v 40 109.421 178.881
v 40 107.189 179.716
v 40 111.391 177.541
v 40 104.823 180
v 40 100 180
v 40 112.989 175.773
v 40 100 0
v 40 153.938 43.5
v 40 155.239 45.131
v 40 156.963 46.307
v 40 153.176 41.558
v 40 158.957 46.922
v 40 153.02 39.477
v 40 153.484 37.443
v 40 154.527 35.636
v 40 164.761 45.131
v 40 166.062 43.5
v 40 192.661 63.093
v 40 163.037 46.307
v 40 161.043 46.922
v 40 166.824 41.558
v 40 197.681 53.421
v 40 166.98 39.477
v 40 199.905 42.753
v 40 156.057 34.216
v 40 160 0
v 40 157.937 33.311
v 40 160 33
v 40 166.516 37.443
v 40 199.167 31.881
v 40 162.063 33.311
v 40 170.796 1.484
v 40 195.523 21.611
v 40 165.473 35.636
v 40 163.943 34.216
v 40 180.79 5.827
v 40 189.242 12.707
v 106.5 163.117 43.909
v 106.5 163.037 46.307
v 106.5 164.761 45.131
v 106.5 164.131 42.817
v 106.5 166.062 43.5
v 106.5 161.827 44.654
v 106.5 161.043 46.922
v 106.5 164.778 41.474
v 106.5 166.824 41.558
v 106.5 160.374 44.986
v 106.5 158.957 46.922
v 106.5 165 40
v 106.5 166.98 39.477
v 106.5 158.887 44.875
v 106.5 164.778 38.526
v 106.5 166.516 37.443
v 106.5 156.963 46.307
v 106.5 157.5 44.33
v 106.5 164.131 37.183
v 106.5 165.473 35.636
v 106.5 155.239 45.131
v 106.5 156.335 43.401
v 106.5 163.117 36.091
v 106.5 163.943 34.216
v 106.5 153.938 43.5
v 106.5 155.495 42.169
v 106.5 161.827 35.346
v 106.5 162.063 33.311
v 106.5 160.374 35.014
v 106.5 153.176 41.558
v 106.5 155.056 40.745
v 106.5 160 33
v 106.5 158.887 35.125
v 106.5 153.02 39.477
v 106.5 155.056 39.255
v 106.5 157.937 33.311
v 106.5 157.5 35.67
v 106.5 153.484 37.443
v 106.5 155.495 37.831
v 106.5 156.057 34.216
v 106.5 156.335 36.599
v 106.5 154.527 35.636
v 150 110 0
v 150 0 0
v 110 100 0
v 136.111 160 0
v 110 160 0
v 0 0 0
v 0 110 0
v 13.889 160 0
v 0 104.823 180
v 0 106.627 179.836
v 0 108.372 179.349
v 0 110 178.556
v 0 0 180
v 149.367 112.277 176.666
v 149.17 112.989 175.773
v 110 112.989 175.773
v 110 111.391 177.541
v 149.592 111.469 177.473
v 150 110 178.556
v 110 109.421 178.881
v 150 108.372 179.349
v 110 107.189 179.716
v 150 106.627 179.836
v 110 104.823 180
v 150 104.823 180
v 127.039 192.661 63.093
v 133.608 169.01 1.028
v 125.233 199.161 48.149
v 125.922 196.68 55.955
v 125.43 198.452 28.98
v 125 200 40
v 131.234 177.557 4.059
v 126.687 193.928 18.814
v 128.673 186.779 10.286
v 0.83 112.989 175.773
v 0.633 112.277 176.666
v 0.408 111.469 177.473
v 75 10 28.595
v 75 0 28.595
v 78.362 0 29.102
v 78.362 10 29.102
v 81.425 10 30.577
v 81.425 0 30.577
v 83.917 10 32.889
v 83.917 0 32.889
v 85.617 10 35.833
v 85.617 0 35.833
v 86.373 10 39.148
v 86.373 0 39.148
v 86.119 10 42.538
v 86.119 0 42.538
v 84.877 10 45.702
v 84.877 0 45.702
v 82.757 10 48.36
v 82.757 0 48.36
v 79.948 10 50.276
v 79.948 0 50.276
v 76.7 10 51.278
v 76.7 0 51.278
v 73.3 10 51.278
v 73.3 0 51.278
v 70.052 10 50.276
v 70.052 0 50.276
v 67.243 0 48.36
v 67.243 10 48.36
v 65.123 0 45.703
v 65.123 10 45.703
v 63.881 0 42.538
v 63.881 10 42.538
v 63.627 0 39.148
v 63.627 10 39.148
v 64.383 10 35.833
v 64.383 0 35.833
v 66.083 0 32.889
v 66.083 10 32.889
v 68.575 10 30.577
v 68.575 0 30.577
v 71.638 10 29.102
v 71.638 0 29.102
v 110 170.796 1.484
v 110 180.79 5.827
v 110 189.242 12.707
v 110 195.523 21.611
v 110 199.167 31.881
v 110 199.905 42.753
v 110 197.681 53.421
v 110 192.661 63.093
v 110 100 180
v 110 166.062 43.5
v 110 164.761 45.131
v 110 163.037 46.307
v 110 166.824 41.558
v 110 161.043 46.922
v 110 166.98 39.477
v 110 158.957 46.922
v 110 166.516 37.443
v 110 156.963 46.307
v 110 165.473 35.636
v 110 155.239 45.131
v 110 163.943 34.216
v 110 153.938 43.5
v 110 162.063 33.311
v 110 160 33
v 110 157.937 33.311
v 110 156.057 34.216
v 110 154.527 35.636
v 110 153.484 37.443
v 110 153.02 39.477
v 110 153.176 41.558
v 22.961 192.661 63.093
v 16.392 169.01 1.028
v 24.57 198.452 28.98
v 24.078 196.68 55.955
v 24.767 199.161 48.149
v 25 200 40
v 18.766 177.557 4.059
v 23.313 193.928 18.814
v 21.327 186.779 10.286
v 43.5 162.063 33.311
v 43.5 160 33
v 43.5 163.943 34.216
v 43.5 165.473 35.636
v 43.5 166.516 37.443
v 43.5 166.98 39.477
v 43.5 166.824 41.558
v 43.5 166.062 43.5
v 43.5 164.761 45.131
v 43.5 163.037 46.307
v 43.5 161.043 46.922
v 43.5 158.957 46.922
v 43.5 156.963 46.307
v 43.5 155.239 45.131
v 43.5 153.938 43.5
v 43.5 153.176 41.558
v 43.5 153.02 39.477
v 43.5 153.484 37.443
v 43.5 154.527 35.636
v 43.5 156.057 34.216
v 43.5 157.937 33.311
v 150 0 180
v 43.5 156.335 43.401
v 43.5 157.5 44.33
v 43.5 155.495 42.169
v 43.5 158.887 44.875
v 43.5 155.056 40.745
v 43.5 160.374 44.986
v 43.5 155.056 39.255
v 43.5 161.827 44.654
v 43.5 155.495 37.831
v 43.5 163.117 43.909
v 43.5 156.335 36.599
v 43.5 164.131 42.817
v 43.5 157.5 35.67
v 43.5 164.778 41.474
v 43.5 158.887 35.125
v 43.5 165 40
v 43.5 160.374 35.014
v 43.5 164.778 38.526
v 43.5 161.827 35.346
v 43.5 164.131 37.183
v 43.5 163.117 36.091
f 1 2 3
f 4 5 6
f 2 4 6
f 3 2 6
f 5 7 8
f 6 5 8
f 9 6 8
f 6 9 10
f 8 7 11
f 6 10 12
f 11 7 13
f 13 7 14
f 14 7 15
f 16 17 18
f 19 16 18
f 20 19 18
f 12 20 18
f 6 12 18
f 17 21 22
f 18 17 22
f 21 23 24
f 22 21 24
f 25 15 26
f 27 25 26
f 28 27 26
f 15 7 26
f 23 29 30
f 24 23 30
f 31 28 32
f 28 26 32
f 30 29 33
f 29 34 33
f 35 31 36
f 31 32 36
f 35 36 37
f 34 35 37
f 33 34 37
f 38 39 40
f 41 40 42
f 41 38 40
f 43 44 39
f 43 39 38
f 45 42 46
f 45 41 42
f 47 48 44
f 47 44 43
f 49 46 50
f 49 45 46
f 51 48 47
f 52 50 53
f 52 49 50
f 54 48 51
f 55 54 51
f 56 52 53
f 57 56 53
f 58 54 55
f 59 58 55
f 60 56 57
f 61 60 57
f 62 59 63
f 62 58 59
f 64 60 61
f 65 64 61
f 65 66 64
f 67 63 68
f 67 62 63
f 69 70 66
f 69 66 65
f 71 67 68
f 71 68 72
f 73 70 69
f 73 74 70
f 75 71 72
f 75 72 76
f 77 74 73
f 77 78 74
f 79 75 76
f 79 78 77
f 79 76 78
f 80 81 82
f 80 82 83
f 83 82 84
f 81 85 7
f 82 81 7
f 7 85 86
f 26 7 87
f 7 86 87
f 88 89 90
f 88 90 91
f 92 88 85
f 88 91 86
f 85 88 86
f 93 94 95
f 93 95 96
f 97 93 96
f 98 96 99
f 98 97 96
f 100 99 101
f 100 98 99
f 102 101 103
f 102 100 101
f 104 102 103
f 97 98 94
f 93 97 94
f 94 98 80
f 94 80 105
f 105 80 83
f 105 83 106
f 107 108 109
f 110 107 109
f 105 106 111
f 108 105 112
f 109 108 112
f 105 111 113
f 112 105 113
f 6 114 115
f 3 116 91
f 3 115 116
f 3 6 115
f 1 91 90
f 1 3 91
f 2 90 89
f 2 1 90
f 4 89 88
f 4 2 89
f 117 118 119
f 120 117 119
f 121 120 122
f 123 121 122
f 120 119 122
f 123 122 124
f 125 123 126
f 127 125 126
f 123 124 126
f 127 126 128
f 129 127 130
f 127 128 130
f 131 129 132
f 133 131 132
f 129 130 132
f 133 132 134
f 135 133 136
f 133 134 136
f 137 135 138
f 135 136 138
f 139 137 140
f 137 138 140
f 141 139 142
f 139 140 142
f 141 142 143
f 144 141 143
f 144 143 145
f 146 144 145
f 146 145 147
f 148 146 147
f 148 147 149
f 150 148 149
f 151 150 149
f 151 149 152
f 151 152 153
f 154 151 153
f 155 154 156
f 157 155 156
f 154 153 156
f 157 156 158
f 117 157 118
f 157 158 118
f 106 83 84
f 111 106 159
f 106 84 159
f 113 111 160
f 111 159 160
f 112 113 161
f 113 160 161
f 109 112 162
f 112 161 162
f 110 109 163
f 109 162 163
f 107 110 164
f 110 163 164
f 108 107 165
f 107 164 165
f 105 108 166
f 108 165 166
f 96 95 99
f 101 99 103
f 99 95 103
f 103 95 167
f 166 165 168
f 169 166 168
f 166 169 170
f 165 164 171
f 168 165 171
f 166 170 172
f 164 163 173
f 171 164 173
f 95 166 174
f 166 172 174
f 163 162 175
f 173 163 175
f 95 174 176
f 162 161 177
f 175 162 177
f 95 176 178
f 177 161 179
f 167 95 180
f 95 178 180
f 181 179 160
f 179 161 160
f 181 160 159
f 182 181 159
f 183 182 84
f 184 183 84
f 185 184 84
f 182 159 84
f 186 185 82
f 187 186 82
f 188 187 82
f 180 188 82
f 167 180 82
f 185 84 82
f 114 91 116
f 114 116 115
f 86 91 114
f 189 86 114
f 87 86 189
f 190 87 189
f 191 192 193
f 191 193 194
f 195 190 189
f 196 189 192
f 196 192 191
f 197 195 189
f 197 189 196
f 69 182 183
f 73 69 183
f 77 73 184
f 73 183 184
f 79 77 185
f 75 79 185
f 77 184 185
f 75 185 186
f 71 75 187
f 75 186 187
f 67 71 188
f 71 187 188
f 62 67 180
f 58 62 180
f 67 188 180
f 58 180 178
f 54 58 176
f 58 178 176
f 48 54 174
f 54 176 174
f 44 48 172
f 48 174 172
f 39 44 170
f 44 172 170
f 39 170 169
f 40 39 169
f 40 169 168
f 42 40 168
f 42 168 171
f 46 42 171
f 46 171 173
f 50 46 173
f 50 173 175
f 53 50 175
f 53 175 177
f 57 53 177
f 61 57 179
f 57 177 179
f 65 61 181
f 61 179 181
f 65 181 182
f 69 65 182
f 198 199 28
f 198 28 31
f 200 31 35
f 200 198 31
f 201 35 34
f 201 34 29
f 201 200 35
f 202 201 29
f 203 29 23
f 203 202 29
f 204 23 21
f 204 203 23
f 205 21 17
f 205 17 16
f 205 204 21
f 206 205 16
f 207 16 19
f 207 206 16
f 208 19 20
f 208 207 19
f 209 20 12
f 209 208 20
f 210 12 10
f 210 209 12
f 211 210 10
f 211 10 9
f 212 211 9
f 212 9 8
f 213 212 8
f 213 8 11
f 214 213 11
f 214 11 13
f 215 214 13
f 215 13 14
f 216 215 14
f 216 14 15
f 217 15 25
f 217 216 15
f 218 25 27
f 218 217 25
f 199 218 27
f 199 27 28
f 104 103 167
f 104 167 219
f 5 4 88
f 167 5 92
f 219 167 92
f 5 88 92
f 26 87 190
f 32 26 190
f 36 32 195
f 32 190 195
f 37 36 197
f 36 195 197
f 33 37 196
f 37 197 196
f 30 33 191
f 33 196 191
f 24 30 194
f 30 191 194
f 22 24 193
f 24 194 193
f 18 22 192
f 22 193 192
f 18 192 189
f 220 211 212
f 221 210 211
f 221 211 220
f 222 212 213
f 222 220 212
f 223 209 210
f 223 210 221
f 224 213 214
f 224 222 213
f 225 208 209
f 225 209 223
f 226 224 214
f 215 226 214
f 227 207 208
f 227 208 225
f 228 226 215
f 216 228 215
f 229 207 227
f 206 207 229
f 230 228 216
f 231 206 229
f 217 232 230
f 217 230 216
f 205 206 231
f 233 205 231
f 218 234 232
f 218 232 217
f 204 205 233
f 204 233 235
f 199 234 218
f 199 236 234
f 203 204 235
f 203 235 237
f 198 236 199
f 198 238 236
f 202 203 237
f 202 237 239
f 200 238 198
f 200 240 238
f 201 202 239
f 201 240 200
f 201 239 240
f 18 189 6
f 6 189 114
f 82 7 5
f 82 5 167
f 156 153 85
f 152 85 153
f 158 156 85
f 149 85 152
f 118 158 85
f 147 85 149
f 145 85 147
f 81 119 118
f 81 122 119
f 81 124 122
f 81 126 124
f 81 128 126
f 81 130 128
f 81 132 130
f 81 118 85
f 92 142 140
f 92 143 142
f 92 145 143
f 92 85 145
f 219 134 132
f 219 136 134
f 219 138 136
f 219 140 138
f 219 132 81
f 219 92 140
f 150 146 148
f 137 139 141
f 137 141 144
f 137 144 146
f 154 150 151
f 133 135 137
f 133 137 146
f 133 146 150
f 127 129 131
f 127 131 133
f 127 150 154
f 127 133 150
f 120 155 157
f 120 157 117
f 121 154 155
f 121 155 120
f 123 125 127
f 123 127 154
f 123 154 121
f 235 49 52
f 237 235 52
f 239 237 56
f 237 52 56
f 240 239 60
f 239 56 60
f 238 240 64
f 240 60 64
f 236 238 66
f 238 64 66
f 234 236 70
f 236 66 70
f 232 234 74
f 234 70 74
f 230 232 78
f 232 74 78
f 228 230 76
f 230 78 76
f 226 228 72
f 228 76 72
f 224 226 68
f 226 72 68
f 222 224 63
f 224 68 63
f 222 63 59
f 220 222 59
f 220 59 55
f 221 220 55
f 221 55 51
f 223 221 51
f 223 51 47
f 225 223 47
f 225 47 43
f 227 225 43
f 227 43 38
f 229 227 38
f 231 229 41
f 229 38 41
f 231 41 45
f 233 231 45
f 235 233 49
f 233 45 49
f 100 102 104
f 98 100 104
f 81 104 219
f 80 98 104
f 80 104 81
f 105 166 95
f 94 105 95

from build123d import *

# Parameters (mm, degrees)
EXTRUDE_1_DEPTH         = 150
FILLET_1_R              = 10
CUT_EXTRUDE_1_DEPTH     = 309.058436015
SKETCH1_R               = 12.5
CUT_EXTRUDE1_DEPTH      = 10
CUT_EXTRUDE2_DEPTH      = 80
CUT_EXTRUDE2_DEPTH_BACK = 10
SKETCH2_R               = 5
SKETCH4_R               = 12.5
SKETCH4_R_2             = 11.405
BOSS_EXTRUDE1_DEPTH     = 10
SKETCH8_R               = 5
BOSS_EXTRUDE3_DEPTH     = 90
SKETCH9_R               = 7
SKETCH9_R_2             = 5
BOSS_EXTRUDE4_DEPTH     = 3.5
BOSS_EXTRUDE5_START     = 3.5
SKETCH10_R              = 7
SKETCH10_R_2            = 5
BOSS_EXTRUDE5_DEPTH     = 3.5


with BuildPart() as part:
    # 草圖1 → 填料-伸長1 (new body)
    with BuildSketch(Plane(origin=(0, 0, 0), x_dir=(0, 0, -1), z_dir=(1, 0, 0))):
        with BuildLine():
            Line((0, 0), (0, 160))
            ThreePointArc((0, 160), (-21.611444176, 195.522683101), (-63.093050736, 192.660542061))
            Line((-63.093050736, 192.660542061), (-180, 110))
            Line((-180, 110), (-180, 0))
            Line((-180, 0), (0, 0))
        make_face()
    extrude(amount=EXTRUDE_1_DEPTH)

    # 圓角1
    fillet_1_edges = [part.edges().sort_by_distance(p)[0] for p in [
        (75, 110, 180),
    ]]
    fillet(fillet_1_edges, radius=FILLET_1_R)

    # 草圖2 → 除料-伸長1 (cut, through all)
    with BuildSketch(Plane(origin=(0, 0, 0), x_dir=(-1, 0, 0), z_dir=(0, 0, -1))):
        Polygon((-150, 110), (-125, 200), (-125, 212.317241835), (-176.077029544, 212.317241835), (-176.077029544, 111.407234288), align=None)
        Polygon((-110, 110), (-110, 202.916849344), (-40, 202.916849344), (-40, 110), (-40, 100), (-110, 100), align=None)
        Polygon((26.077029544, 111.407234288), (0, 110), (-25, 200), (-25, 212.317241835), (26.077029544, 212.317241835), align=None)
    extrude(amount=-CUT_EXTRUDE_1_DEPTH, mode=Mode.SUBTRACT)

    # Sketch1 → Cut-Extrude1 (cut)
    with BuildSketch(Plane.XZ):
        with Locations(Location((75, 40, 0), (0, 0, 270))):
            Circle(SKETCH1_R)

#####

▶ **Action item**
Once you find the line with "v 40 161.043 46.922" in the entries above, output it and each line after it up to and including the line with "v 106.5 154.527 35.636", and nothing else.

▶ **Task result**
v 40 161.043 46.922
v 40 166.824 41.558
v 40 197.681 53.421
v 40 166.98 39.477
v 40 199.905 42.753
v 40 156.057 34.216
v 40 160 0
v 40 157.937 33.311
v 40 160 33
v 40 166.516 37.443
v 40 199.167 31.881
v 40 162.063 33.311
v 40 170.796 1.484
v 40 195.523 21.611
v 40 165.473 35.636
v 40 163.943 34.216
v 40 180.79 5.827
v 40 189.242 12.707
v 106.5 163.117 43.909
v 106.5 163.037 46.307
v 106.5 164.761 45.131
v 106.5 164.131 42.817
v 106.5 166.062 43.5
v 106.5 161.827 44.654
v 106.5 161.043 46.922
v 106.5 164.778 41.474
v 106.5 166.824 41.558
v 106.5 160.374 44.986
v 106.5 158.957 46.922
v 106.5 165 40
v 106.5 166.98 39.477
v 106.5 158.887 44.875
v 106.5 164.778 38.526
v 106.5 166.516 37.443
v 106.5 156.963 46.307
v 106.5 157.5 44.33
v 106.5 164.131 37.183
v 106.5 165.473 35.636
v 106.5 155.239 45.131
v 106.5 156.335 43.401
v 106.5 163.117 36.091
v 106.5 163.943 34.216
v 106.5 153.938 43.5
v 106.5 155.495 42.169
v 106.5 161.827 35.346
v 106.5 162.063 33.311
v 106.5 160.374 35.014
v 106.5 153.176 41.558
v 106.5 155.056 40.745
v 106.5 160 33
v 106.5 158.887 35.125
v 106.5 153.02 39.477
v 106.5 155.056 39.255
v 106.5 157.937 33.311
v 106.5 157.5 35.67
v 106.5 153.484 37.443
v 106.5 155.495 37.831
v 106.5 156.057 34.216
v 106.5 156.335 36.599
v 106.5 154.527 35.636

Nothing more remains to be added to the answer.